Extracts from Warren Buffet's
2017 Letter to shareholders:
Pure Wisdom............read on.................
·
The
accounting for businesses requires that the carrying value of “losers” be
written down when their failures become apparent. “Winners,” conversely, are
never revalued upwards.
·
As
is the case in marriage, business acquisitions often deliver surprises after
the “I do’s”.
·
I
have no magic plan to add earnings except to dream big and to be prepared
mentally and financially to act fast when opportunities present themselves.
Every decade or so, dark clouds will fill the economic skies, and they will
briefly rain gold. When downpours of that sort occur, it’s imperative that we
rush outdoors carrying washtubs, not teaspoons.
·
One
word sums up our country’s achievements: miraculous. From a standing start 240
years ago – a span of time less than triple my days on earth – Americans have
combined human ingenuity, a market system, a tide of talented and ambitious
immigrants, and the rule of law to deliver abundance beyond any dreams of our
forefathers.
·
You
need not be an economist to understand how well our system has worked. Just
look around you. See the 75 million owner-occupied homes, the bountiful
farmland, the 260 million vehicles, the hyper-productive factories, the great
medical centers, the talent-filled universities, you name it – they all
represent a net gain for Americans from the barren lands, primitive structures
and meager output of 1776. Starting from scratch, America has amassed wealth
totaling $90 trillion.
·
“Money
is always there, but the pockets change.”
·
It’s
our market system – an economic traffic cop ably directing capital, brains and
labor – that has created America’s abundance.
·
American
business – and consequently a basket of stocks – is virtually certain to be
worth far more in the years ahead. Innovation, productivity gains,
entrepreneurial spirit and an abundance of capital will see to that.

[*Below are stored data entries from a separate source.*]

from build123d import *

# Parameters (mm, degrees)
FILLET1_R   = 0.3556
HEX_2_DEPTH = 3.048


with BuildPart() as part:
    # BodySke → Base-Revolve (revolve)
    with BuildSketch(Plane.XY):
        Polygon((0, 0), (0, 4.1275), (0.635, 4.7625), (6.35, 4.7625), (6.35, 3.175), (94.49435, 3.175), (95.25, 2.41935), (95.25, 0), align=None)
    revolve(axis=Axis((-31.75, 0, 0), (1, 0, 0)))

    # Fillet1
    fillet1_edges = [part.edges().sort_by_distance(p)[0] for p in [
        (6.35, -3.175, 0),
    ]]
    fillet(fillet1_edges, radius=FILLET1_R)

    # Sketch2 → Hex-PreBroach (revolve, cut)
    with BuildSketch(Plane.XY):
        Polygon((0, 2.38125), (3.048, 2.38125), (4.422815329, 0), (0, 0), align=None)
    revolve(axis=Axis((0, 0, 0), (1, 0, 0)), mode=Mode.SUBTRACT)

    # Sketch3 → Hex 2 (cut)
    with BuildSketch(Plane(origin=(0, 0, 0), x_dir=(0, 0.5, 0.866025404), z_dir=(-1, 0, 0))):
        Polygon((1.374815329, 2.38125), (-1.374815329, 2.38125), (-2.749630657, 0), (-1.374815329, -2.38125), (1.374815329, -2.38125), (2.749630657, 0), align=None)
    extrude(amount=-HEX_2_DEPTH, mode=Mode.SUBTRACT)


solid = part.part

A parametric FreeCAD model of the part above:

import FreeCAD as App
import Part
import Sketcher

V = App.Vector
Q = App.Units.Quantity


def edges_at(feature, points):
    """Names of the edges that pass closest to the given points."""
    edges = feature.Shape.Edges
    near = lambda p: min(range(len(edges)), key=lambda i: edges[i].distToShape(Part.Vertex(*p))[0])
    return sorted({f"Edge{near(p) + 1}" for p in points})

doc = App.newDocument("Part")
body = doc.addObject("PartDesign::Body", "Body")

sketch1 = body.newObject("Sketcher::SketchObject", "Sketch")
sketch1.AttachmentSupport = (doc.getObject("XY_Plane"), [""])
sketch1.MapMode = "FlatFace"
sketch1.addGeometry([
    Part.LineSegment(V(0, 4.1275, 0), V(0, 0, 0)),
    Part.LineSegment(V(0, 0, 0), V(95.25, 0, 0)),
    Part.LineSegment(V(95.25, 0, 0), V(95.25, 2.41935, 0)),
    Part.LineSegment(V(95.25, 2.41935, 0), V(94.49435, 3.175, 0)),
    Part.LineSegment(V(94.49435, 3.175, 0), V(6.35, 3.175, 0)),
    Part.LineSegment(V(6.35, 3.175, 0), V(6.35, 4.7625, 0)),
    Part.LineSegment(V(6.35, 4.7625, 0), V(0.635, 4.7625, 0)),
    Part.LineSegment(V(0.635, 4.7625, 0), V(0, 4.1275, 0)),
], False)
sketch1.addConstraint([
    Sketcher.Constraint("Coincident", 0, 2, 1, 1),
    Sketcher.Constraint("Coincident", 1, 2, 2, 1),
    Sketcher.Constraint("Coincident", 2, 2, 3, 1),
    Sketcher.Constraint("Coincident", 3, 2, 4, 1),
    Sketcher.Constraint("Coincident", 4, 2, 5, 1),
    Sketcher.Constraint("Coincident", 5, 2, 6, 1),
    Sketcher.Constraint("Coincident", 6, 2, 7, 1),
    Sketcher.Constraint("Coincident", 7, 2, 0, 1),
    Sketcher.Constraint("Vertical", 0),
    Sketcher.Constraint("Horizontal", 1),
    Sketcher.Constraint("Vertical", 2),
    Sketcher.Constraint("Horizontal", 4),
    Sketcher.Constraint("Vertical", 5),
    Sketcher.Constraint("Horizontal", 6),
    Sketcher.Constraint("Coincident", 0, 2, -1, 1),
    Sketcher.Constraint("Perpendicular", 3, 7),
    Sketcher.Constraint("Angle", 3, Q("135 deg")),
    Sketcher.Constraint("DistanceX", 1, 1, 1, 2, Q("3.75 in")),
    Sketcher.Constraint("DistanceX", 4, 2, 2, 2, Q("3.5 in")),
    Sketcher.Constraint("DistanceX", 6, 2, 6, 1, Q("0.225 in")),
    Sketcher.Constraint("DistanceY", 5, 1, 5, 2, Q("0.0625 in")),
    Sketcher.Constraint("DistanceY", 0, 2, 0, 1, Q("0.1625 in")),
    Sketcher.Constraint("DistanceX", 4, 2, 4, 1, Q("88.14435 mm")),
])
revolution = body.newObject("PartDesign::Revolution", "Revolution")
revolution.Profile = sketch1
revolution.ReferenceAxis = (sketch1, ["H_Axis"])
revolution.Angle = 360
doc.recompute()

fillet = body.newObject("PartDesign::Fillet", "Fillet")
fillet.Base = (revolution, edges_at(revolution, [(6.35, -3.175, 0)]))
fillet.Radius = Q("0.014 in")

sketch2 = body.newObject("Sketcher::SketchObject", "Sketch001")
sketch2.AttachmentSupport = (doc.getObject("XY_Plane"), [""])
sketch2.MapMode = "FlatFace"
sketch2.addGeometry([
    Part.LineSegment(V(3.048, 2.38125, 0), V(0, 2.38125, 0)),
    Part.LineSegment(V(0, 2.38125, 0), V(0, 0, 0)),
    Part.LineSegment(V(0, 0, 0), V(4.422815, 0, 0)),
    Part.LineSegment(V(4.422815, 0, 0), V(3.048, 2.38125, 0)),
], False)
sketch2.addConstraint([
    Sketcher.Constraint("Coincident", 0, 2, 1, 1),
    Sketcher.Constraint("Coincident", 1, 2, 2, 1),
    Sketcher.Constraint("Coincident", 2, 2, 3, 1),
    Sketcher.Constraint("Coincident", 3, 2, 0, 1),
    Sketcher.Constraint("Horizontal", 0),
    Sketcher.Constraint("Vertical", 1),
    Sketcher.Constraint("Horizontal", 2),
    Sketcher.Constraint("Coincident", 1, 2, -1, 1),
    Sketcher.Constraint("Angle", 3, Q("120 deg")),
    Sketcher.Constraint("DistanceX", 0, 2, 0, 1, Q("0.12 in")),
    Sketcher.Constraint("DistanceY", 1, 2, 1, 1, Q("0.09375 in")),
])
groove = body.newObject("PartDesign::Groove", "Groove")
groove.Profile = sketch2
groove.ReferenceAxis = (sketch2, ["H_Axis"])
groove.Angle = 360

sketch3 = body.newObject("Sketcher::SketchObject", "Sketch002")
sketch3.AttachmentSupport = (doc.getObject("YZ_Plane"), [""])
sketch3.MapMode = "FlatFace"
sketch3.addGeometry([
    Part.LineSegment(V(2.749631, 0, 0), V(1.374815, -2.38125, 0)),
    Part.LineSegment(V(1.374815, -2.38125, 0), V(-1.374815, -2.38125, 0)),
    Part.LineSegment(V(-1.374815, -2.38125, 0), V(-2.749631, 0, 0)),
    Part.LineSegment(V(-2.749631, 0, 0), V(-1.374815, 2.38125, 0)),
    Part.LineSegment(V(-1.374815, 2.38125, 0), V(1.374815, 2.38125, 0)),
    Part.LineSegment(V(1.374815, 2.38125, 0), V(2.749631, 0, 0)),
], False)
sketch3.addConstraint([
    Sketcher.Constraint("Coincident", 0, 2, 1, 1),
    Sketcher.Constraint("Coincident", 1, 2, 2, 1),
    Sketcher.Constraint("Coincident", 2, 2, 3, 1),
    Sketcher.Constraint("Coincident", 3, 2, 4, 1),
    Sketcher.Constraint("Coincident", 4, 2, 5, 1),
    Sketcher.Constraint("Coincident", 5, 2, 0, 1),
    Sketcher.Constraint("Horizontal", 1),
    Sketcher.Constraint("Horizontal", 4),
    Sketcher.Constraint("Symmetric", 0, 2, 3, 2, -1, 1),
    Sketcher.Constraint("Symmetric", 2, 2, 5, 2, -1, 1),
    Sketcher.Constraint("PointOnObject", 2, 2, -1),
    Sketcher.Constraint("Parallel", 2, 5),
    Sketcher.Constraint("Vertical", 1, 2, 3, 2),
    Sketcher.Constraint("Angle", 0, Q("-120 deg")),
    Sketcher.Constraint("DistanceY", 0, 2, -1, 1, Q("0.09375 in")),
    Sketcher.Constraint("DistanceX", 1, 2, 1, 1, Q("2.749631 mm")),
])
pocket1 = body.newObject("PartDesign::Pocket", "Pocket")
pocket1.Profile = sketch3
pocket1.Length = Q("0.12 in")
pocket1.Reversed = True

doc.recompute()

Ever-present naysayers may prosper by marketing their gloomy forecasts. But
heaven help them if they act on the nonsense they peddle.
·
Many
companies, of course, will fall behind, and some will fail. Winnowing of that
sort is a product of market dynamism. Moreover, the years ahead will
occasionally deliver major market declines – even panics – that will affect
virtually all stocks.
·
During
such scary periods, you should never forget two things: First, widespread fear
is your friend as an investor, because it serves up bargain purchases. Second,
personal fear is your enemy. It will also be unwarranted. Investors who avoid
high and unnecessary costs and simply sit for an extended period with a
collection of large, conservatively-financed American businesses will almost
certainly do well.
·
“What
is smart at one price is stupid at another.”
·
When
Ajit entered Berkshire’s office on a Saturday in 1986, he did not have a day’s
experience in the insurance business. Nevertheless, Mike Goldberg, then our
manager of insurance, handed him the keys to our small and struggling
reinsurance business. With that move, Mike achieved sainthood: Since then, Ajit
has created tens of billions of value for Berkshire shareholders. If there were
ever to be another Ajit and you could swap me for him, don’t hesitate. Make the
trade!
·
At
bottom, a sound insurance operation needs to adhere to four disciplines. It
must (1) understand all exposures that might cause a policy to incur losses;
(2) conservatively assess the likelihood of any exposure actually causing a
loss and the probable cost if it does; (3) set a premium that, on average, will
deliver a profit after both prospective loss costs and operating expenses are
covered; and (4) be willing to walk away if the appropriate premium can’t be
obtained. Many insurers pass the first three tests and flunk the fourth. They
simply can’t turn their back on business that is being eagerly written by their
competitors. That old line, “The other guy is doing it, so we must as well,”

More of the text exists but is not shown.